Opinion & Analysis
OPINION: Xero is a very, very different company. Some 400 people queued patiently in light rain in Wellington's Taranaki St for the packed annual meeting expressly to hear messages of hope and reassurance that they were shareholders in a company that was on target to become a global force in the unlikely and unglamorous sounding world of software accounting.
Judging from the applause at announcements that the company was surpassing its own ambitious growth targets - and the bonhomie at the aftermatch function - most seemed delighted with their investment. And the share price - which had eased back before the meeting - rebounded. On Friday's weaker market it closed at $5.30, having nearly doubled since the latest capital raising (at $2.75) in February. This raised a total $35.6 million (it has $39m in the bank) to finance its growth strategy for the immediate future.
I can recall few annual meetings where shareholders were so enamoured of their investment in the 50 years and hundreds of annual meetings I've attended since I started reporting them as a teenager in Dunedin.
One was Brierley Investments in 1971 when a youthful RA Brierley (as he was then known) was considered a budding financial whizzkid, though he was offside with the financial establishment. Eighty-odd people crowded into an upstairs bar at the St George Hotel to drink copious amounts of a rough Aussie drop called Woodleys Wines, one of BIL's first Australian investments. However those early BIL shareholders were right on one thing: BIL did become a big growth stock for the next 20 years before things turned to custard.
Xero is a great rarity. Shareholders of most companies whinge. They bridle at any suggestion of increasing directors' fees. They question dividend policy and profitability. Where are the women directors? When are they going to appoint some? There is usually an argument over increasing directors' fees.
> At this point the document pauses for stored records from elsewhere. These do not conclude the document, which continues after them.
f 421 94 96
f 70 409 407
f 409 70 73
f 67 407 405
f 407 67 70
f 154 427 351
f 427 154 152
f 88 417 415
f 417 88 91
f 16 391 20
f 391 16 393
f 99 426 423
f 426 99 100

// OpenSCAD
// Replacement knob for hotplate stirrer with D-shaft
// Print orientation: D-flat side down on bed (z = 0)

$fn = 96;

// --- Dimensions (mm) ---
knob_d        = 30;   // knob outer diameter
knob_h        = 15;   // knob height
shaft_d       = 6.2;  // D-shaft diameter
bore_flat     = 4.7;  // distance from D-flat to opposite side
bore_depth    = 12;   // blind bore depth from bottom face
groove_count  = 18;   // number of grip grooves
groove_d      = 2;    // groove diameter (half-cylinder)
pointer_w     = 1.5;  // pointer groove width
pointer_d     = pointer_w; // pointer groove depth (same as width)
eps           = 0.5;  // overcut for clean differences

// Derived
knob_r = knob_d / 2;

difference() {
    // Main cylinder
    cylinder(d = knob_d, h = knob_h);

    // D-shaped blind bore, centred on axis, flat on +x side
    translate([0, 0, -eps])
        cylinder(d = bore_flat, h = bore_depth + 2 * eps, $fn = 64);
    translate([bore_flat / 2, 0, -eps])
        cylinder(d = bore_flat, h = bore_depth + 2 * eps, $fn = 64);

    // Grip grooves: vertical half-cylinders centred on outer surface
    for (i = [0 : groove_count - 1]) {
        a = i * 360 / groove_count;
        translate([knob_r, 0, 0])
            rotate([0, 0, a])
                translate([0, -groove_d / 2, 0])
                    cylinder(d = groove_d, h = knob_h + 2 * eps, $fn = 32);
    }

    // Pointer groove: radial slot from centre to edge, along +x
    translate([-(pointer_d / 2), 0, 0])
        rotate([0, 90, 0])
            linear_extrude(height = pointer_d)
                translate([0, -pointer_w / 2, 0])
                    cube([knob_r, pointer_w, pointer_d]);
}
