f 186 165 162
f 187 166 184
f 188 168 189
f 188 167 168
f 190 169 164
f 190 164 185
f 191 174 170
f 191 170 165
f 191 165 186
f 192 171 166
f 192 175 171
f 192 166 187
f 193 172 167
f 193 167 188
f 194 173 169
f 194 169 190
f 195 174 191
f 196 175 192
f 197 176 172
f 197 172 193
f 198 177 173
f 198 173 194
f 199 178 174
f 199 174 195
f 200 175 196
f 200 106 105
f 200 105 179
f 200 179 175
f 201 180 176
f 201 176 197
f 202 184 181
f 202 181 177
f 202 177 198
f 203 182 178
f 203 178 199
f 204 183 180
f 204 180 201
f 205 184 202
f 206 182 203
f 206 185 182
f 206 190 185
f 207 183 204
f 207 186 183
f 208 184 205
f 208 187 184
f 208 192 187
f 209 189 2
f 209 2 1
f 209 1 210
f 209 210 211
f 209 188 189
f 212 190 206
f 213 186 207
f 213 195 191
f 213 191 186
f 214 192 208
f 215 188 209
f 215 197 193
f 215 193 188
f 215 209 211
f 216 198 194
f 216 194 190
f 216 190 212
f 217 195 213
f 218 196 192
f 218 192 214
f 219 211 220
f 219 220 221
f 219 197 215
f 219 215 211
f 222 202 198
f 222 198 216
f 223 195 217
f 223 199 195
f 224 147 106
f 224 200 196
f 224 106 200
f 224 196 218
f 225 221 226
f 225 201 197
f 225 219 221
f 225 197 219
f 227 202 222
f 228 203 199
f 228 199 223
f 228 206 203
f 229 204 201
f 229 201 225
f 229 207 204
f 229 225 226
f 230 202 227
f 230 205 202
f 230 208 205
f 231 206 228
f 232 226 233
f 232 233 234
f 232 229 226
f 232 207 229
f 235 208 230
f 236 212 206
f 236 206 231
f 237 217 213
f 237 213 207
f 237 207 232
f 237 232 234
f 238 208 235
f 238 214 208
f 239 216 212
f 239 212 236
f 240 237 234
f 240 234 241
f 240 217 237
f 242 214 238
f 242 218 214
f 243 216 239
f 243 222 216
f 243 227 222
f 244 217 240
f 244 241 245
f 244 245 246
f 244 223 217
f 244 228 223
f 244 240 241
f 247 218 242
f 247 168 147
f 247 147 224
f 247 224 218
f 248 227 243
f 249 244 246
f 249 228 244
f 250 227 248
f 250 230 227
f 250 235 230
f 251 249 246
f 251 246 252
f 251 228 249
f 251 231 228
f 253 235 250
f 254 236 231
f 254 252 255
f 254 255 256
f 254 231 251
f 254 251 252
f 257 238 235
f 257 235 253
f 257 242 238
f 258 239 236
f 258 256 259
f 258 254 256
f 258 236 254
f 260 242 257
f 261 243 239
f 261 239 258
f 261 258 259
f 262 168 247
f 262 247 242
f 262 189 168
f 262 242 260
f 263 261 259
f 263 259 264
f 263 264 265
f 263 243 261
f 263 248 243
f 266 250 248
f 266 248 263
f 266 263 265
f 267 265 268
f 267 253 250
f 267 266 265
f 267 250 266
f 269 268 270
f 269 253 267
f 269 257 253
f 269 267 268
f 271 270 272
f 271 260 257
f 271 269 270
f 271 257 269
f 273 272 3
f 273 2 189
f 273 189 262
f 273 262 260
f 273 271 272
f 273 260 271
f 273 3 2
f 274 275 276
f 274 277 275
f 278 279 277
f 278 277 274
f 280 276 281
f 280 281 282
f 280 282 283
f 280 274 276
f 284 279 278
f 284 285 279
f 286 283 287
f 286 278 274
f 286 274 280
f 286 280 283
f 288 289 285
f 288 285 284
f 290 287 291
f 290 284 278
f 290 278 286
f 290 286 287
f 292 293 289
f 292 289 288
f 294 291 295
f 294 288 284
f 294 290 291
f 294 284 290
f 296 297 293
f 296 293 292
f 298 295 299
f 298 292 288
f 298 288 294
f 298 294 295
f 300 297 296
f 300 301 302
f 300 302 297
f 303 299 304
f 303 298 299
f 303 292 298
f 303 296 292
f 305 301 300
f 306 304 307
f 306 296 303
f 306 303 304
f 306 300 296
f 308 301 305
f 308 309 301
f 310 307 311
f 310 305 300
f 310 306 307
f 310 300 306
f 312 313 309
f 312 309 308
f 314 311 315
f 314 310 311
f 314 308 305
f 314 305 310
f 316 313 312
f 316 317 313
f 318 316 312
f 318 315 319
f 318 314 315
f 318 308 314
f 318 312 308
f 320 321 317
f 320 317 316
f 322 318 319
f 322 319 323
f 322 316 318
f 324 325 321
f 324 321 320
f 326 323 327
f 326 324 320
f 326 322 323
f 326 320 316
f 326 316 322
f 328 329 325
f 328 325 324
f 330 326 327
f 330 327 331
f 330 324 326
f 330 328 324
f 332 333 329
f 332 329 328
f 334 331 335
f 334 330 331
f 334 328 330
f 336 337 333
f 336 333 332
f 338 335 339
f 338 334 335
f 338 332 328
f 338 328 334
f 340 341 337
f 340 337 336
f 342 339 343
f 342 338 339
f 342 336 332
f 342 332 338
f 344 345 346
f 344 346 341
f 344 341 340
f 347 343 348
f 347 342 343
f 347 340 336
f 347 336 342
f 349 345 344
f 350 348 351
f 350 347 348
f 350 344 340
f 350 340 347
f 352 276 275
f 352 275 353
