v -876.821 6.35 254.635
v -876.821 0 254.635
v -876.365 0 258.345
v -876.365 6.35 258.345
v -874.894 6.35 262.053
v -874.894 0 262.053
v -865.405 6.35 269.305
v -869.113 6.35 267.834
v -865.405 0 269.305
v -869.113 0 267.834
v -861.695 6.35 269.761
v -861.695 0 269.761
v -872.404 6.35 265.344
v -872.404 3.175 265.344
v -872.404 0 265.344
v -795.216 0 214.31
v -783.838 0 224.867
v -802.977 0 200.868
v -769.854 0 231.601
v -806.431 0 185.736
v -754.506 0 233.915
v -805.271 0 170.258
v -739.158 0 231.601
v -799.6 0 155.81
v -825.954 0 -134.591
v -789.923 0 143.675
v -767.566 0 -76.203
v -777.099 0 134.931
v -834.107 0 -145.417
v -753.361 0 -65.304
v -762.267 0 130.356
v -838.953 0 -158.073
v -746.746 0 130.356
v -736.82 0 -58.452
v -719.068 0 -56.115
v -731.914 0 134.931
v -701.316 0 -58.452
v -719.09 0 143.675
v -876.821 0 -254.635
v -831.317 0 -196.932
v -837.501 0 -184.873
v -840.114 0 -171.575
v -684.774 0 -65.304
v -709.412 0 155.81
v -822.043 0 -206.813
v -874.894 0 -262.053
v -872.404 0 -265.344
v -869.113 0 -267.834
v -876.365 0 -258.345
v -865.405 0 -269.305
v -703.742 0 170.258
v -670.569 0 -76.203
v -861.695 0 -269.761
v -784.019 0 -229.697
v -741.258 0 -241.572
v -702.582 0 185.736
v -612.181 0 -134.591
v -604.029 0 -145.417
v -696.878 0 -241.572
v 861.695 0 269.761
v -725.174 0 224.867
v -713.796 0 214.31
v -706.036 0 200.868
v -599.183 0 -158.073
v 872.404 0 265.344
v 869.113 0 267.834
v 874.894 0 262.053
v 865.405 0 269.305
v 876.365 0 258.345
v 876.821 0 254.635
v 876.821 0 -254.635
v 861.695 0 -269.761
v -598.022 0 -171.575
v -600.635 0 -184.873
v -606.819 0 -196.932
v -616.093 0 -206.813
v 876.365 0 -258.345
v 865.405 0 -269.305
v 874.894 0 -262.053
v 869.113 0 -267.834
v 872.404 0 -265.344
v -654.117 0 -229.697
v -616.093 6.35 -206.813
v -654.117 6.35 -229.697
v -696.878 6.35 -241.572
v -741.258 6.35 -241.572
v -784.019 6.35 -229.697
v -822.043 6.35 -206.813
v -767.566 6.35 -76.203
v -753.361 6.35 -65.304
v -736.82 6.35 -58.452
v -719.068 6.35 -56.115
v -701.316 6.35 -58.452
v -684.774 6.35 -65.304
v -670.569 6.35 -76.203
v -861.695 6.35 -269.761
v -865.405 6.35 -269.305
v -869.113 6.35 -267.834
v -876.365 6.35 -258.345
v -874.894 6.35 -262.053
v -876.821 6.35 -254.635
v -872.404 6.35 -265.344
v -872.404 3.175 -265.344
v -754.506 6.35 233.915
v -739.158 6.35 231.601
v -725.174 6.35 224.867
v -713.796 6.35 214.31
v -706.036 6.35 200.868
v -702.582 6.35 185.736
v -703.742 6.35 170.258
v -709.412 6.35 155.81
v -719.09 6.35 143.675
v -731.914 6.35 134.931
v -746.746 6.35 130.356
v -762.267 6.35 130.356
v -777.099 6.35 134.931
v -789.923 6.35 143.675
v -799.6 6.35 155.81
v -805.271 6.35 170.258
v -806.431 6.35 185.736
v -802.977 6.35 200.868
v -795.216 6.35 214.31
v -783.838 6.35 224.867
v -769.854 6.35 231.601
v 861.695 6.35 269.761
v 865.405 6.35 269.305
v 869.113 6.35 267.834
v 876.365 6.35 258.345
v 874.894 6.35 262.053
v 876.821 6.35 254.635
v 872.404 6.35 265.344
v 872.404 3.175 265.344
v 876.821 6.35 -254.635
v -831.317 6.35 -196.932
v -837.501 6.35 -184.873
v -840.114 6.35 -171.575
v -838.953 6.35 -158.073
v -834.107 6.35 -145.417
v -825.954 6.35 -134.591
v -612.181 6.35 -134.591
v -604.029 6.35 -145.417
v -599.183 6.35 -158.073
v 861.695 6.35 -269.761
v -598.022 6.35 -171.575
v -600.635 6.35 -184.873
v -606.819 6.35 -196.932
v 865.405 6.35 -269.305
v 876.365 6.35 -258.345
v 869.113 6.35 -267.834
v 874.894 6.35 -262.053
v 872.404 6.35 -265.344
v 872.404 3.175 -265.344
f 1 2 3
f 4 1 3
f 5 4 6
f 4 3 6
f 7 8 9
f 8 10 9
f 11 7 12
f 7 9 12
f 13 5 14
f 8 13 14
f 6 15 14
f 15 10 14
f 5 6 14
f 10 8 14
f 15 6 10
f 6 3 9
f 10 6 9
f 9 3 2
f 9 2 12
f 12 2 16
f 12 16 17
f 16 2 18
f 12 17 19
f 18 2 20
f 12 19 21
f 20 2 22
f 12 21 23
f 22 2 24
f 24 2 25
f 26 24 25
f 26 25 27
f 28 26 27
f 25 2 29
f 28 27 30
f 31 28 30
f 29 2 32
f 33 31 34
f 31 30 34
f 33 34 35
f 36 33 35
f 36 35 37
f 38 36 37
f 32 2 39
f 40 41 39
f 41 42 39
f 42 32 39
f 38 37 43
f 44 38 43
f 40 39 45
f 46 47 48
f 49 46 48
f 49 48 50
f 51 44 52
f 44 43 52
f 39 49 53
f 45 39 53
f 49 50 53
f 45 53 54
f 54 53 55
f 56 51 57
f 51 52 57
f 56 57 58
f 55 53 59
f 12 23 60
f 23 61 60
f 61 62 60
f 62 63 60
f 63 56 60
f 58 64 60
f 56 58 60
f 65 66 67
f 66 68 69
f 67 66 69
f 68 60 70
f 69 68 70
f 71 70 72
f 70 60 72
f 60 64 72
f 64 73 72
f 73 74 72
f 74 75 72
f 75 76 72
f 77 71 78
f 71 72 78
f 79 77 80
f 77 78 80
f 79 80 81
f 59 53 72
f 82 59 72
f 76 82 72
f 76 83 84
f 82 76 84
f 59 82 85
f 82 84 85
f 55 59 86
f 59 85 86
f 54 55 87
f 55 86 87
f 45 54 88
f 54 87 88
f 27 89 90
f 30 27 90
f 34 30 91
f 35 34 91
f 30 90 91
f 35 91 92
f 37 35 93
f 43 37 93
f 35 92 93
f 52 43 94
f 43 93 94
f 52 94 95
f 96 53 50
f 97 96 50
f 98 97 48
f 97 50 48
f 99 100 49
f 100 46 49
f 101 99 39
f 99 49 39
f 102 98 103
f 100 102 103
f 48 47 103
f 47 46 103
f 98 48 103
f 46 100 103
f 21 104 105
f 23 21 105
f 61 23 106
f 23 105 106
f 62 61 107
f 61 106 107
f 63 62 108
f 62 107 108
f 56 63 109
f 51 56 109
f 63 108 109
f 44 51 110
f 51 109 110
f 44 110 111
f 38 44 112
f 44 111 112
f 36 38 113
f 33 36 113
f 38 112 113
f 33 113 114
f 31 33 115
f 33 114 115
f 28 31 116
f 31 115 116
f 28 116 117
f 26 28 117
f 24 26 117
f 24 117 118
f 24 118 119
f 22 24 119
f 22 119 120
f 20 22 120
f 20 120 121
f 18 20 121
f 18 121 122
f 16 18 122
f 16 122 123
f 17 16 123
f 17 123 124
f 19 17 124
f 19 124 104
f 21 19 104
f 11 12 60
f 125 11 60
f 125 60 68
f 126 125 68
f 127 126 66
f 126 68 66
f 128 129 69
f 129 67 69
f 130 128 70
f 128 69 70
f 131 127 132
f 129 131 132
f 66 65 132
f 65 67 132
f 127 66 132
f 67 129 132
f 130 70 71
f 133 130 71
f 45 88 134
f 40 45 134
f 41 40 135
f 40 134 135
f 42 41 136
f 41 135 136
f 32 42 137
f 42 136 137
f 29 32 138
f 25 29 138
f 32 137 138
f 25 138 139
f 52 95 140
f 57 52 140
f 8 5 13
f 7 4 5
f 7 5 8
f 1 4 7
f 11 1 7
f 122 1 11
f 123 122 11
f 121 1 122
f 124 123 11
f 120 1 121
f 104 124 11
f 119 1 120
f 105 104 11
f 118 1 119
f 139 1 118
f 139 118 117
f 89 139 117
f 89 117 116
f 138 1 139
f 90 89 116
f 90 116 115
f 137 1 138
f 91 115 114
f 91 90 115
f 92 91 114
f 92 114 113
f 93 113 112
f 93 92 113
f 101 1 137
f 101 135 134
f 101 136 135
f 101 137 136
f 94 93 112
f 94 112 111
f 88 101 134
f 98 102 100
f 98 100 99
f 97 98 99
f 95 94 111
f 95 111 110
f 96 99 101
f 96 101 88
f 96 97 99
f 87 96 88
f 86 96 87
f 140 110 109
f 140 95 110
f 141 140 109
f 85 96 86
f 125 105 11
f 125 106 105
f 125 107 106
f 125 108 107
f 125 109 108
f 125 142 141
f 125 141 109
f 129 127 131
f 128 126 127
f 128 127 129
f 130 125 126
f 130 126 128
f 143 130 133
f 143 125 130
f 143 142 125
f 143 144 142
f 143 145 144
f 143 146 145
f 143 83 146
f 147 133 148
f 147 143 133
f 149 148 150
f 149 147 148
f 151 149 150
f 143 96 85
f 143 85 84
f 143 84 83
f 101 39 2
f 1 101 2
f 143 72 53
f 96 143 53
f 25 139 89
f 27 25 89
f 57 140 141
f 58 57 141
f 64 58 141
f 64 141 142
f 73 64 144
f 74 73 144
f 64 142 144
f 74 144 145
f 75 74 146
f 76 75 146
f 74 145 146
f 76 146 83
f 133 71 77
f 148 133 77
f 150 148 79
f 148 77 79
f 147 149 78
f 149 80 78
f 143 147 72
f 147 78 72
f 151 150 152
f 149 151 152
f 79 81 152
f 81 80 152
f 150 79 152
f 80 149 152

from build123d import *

# Parameters (mm, degrees)
BOSS_EXTRUDE1_DEPTH = 6.35
CUT_EXTRUDE1_DEPTH  = 918.402376548
SKETCH3_R           = 52.07
CUT_EXTRUDE2_DEPTH  = 918.402376548


with BuildPart() as part:
    # Sketch1 → Boss-Extrude1 (new body)
    with BuildSketch(Plane(origin=(0, 0, 0), x_dir=(1, 0, 0), z_dir=(0, 1, 0))):
        with BuildLine():
            Line((-861.694916994, -269.761320345), (861.694916994, -269.761320345))
            add(Edge.make_bspline(
                [(861.694916994, -269.761320345), (876.821320345, -269.761320345), (876.821320345, -254.634916994)],
                knots=[5.505213485, 5.505213485, 5.505213485, 7.061157129, 7.061157129, 7.061157129], degree=2, weights=[1, 0.712338451, 1]))
            Line((876.821320345, -254.634916994), (876.821320345, 254.634916994))
            add(Edge.make_bspline(
                [(876.821320345, 254.634916994), (876.821320345, 269.761320345), (861.694916994, 269.761320345)],
                knots=[5.505213485, 5.505213485, 5.505213485, 7.061157129, 7.061157129, 7.061157129], degree=2, weights=[1, 0.712338451, 1]))
            Line((861.694916994, 269.761320345), (-861.694916994, 269.761320345))
            add(Edge.make_bspline(
                [(-861.694916994, 269.761320345), (-876.821320345, 269.761320345), (-876.821320345, 254.634916994)],
                knots=[5.505213485, 5.505213485, 5.505213485, 7.061157129, 7.061157129, 7.061157129], degree=2, weights=[1, 0.712338451, 1]))
            Line((-876.821320345, 254.634916994), (-876.821320345, -254.634916994))
            add(Edge.make_bspline(
                [(-876.821320345, -254.634916994), (-876.821320345, -269.761320345), (-861.694916994, -269.761320345)],
                knots=[5.505213485, 5.505213485, 5.505213485, 7.061157129, 7.061157129, 7.061157129], degree=2, weights=[1, 0.712338451, 1]))
        make_face()
    extrude(amount=BOSS_EXTRUDE1_DEPTH)

    # Sketch2 → Cut-Extrude1 (cut, through all)
    with BuildSketch(Plane(origin=(0, 6.35, 0), x_dir=(1, 0, 0), z_dir=(0, 1, 0))):
        with BuildLine():
            Line((-825.954313113, 134.591457199), (-767.566332113, 76.203476199))
            ThreePointArc((-767.566332113, 76.203476199), (-719.067867535, 56.114754417), (-670.569402958, 76.203476199))
            Line((-670.569402958, 76.203476199), (-612.181421958, 134.591457199))
            ThreePointArc((-612.181421958, 134.591457199), (-598.021653058, 171.575128433), (-616.092530237, 206.813380252))
            ThreePointArc((-616.092530237, 206.813380252), (-719.067867535, 243.07718636), (-822.043204833, 206.813380252))
            ThreePointArc((-822.043204833, 206.813380252), (-840.114082012, 171.575128433), (-825.954313113, 134.591457199))
        make_face()
    extrude(amount=-CUT_EXTRUDE1_DEPTH, mode=Mode.SUBTRACT)

    # Sketch3 → Cut-Extrude2 (cut, through all)
    with BuildSketch(Plane(origin=(0, 6.35, 0), x_dir=(1, 0, 0), z_dir=(0, 1, 0))):
        with Locations((-754.506388348, -181.844577047)):
            Circle(SKETCH3_R)
    extrude(amount=-CUT_EXTRUDE2_DEPTH, mode=Mode.SUBTRACT)


solid = part.part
None of these issues were aired. Shareholders are aware they are investors in a riskier company: analysts at Forsyth Barr and Craigs have cautious recommendations on it mainly due to its high share price.
Xero has made no bones that it intends to put all its money and income into growth: profitability (and dividends) is unlikely soon. The group loss in the year to March 31 was $7.9m, up from $7.487m: no one knows when it will become profitable. Shareholders passed without demur the requested rise in directors' fees, to allow for the appointment of additional Australian and American board members.
Shareholders - and there were numerous women at the meeting - appeared content with the all-male team at the top table, though its appearance was brightened by company secretary Linda Cox.
Directors include chairman Sam Knowles (late of Kiwibank) and a group of major shareholders who dominate the share register including chief executive Rod Drury, Trade Me founder Sam Morgan, accountant Graham Shaw and Craig Winkler, a founder of Australian rival MYOB that was sold for a reputed $1.3bn to private equity. Winkler expressed confidence that Xero would knock the spots off his old company. (Shareholders were told Australia is now Xero's fastest growing market adding 10,000 customers since March 31). Soon to join the board is high-profile American entrepreneur Craig Elliot, and another American to help grow the US business.
Wealthy investors hold 81 per cent of the shares - they include US billionaire Peter Thiel who invested $4m in the company and Winkler who put in $18m.
Xero is a provider of low cost accounting software for smaller businesses and accounting practices that aims to provide them with relatively simple systems that facilitate record keeping and bank relationships on a single platform with common data, and be a one stop shop to lower customers' costs on a single ledger platform. It is a leader in using the Cloud - low cost overseas computer data systems. Some accountants see risks in so much information being out of sight and their reach.
Xero's investment model closely follows a common US one where investors want growth and accept no or low dividends. They want to see the company perform strongly, show rapid growth through sales and takeovers, and its success to be measured by a rising share price.
Xero is following this pattern closely. Its growth is accelerating - it added 22,000 customers (to 100,000) since March 31. Forsyth Barr estimates it will have 155,000 by the end of the financial year with revenues rising by 5.3 per cent to $41.7m and to $72.3m by 2014. It has become a major employer, especially in Wellington. Total staff numbers have risen from 113 to 260 in the past 16 months.
While takeover activity is rife in the tech sector inevitably some expect Xero to become a target: especially as some directors, including both Drury and Winkler have sold businesses extremely profitably in the past. However directors dismiss any suggestion of this, saying the aim is to make Xero a New Zealand based global giant.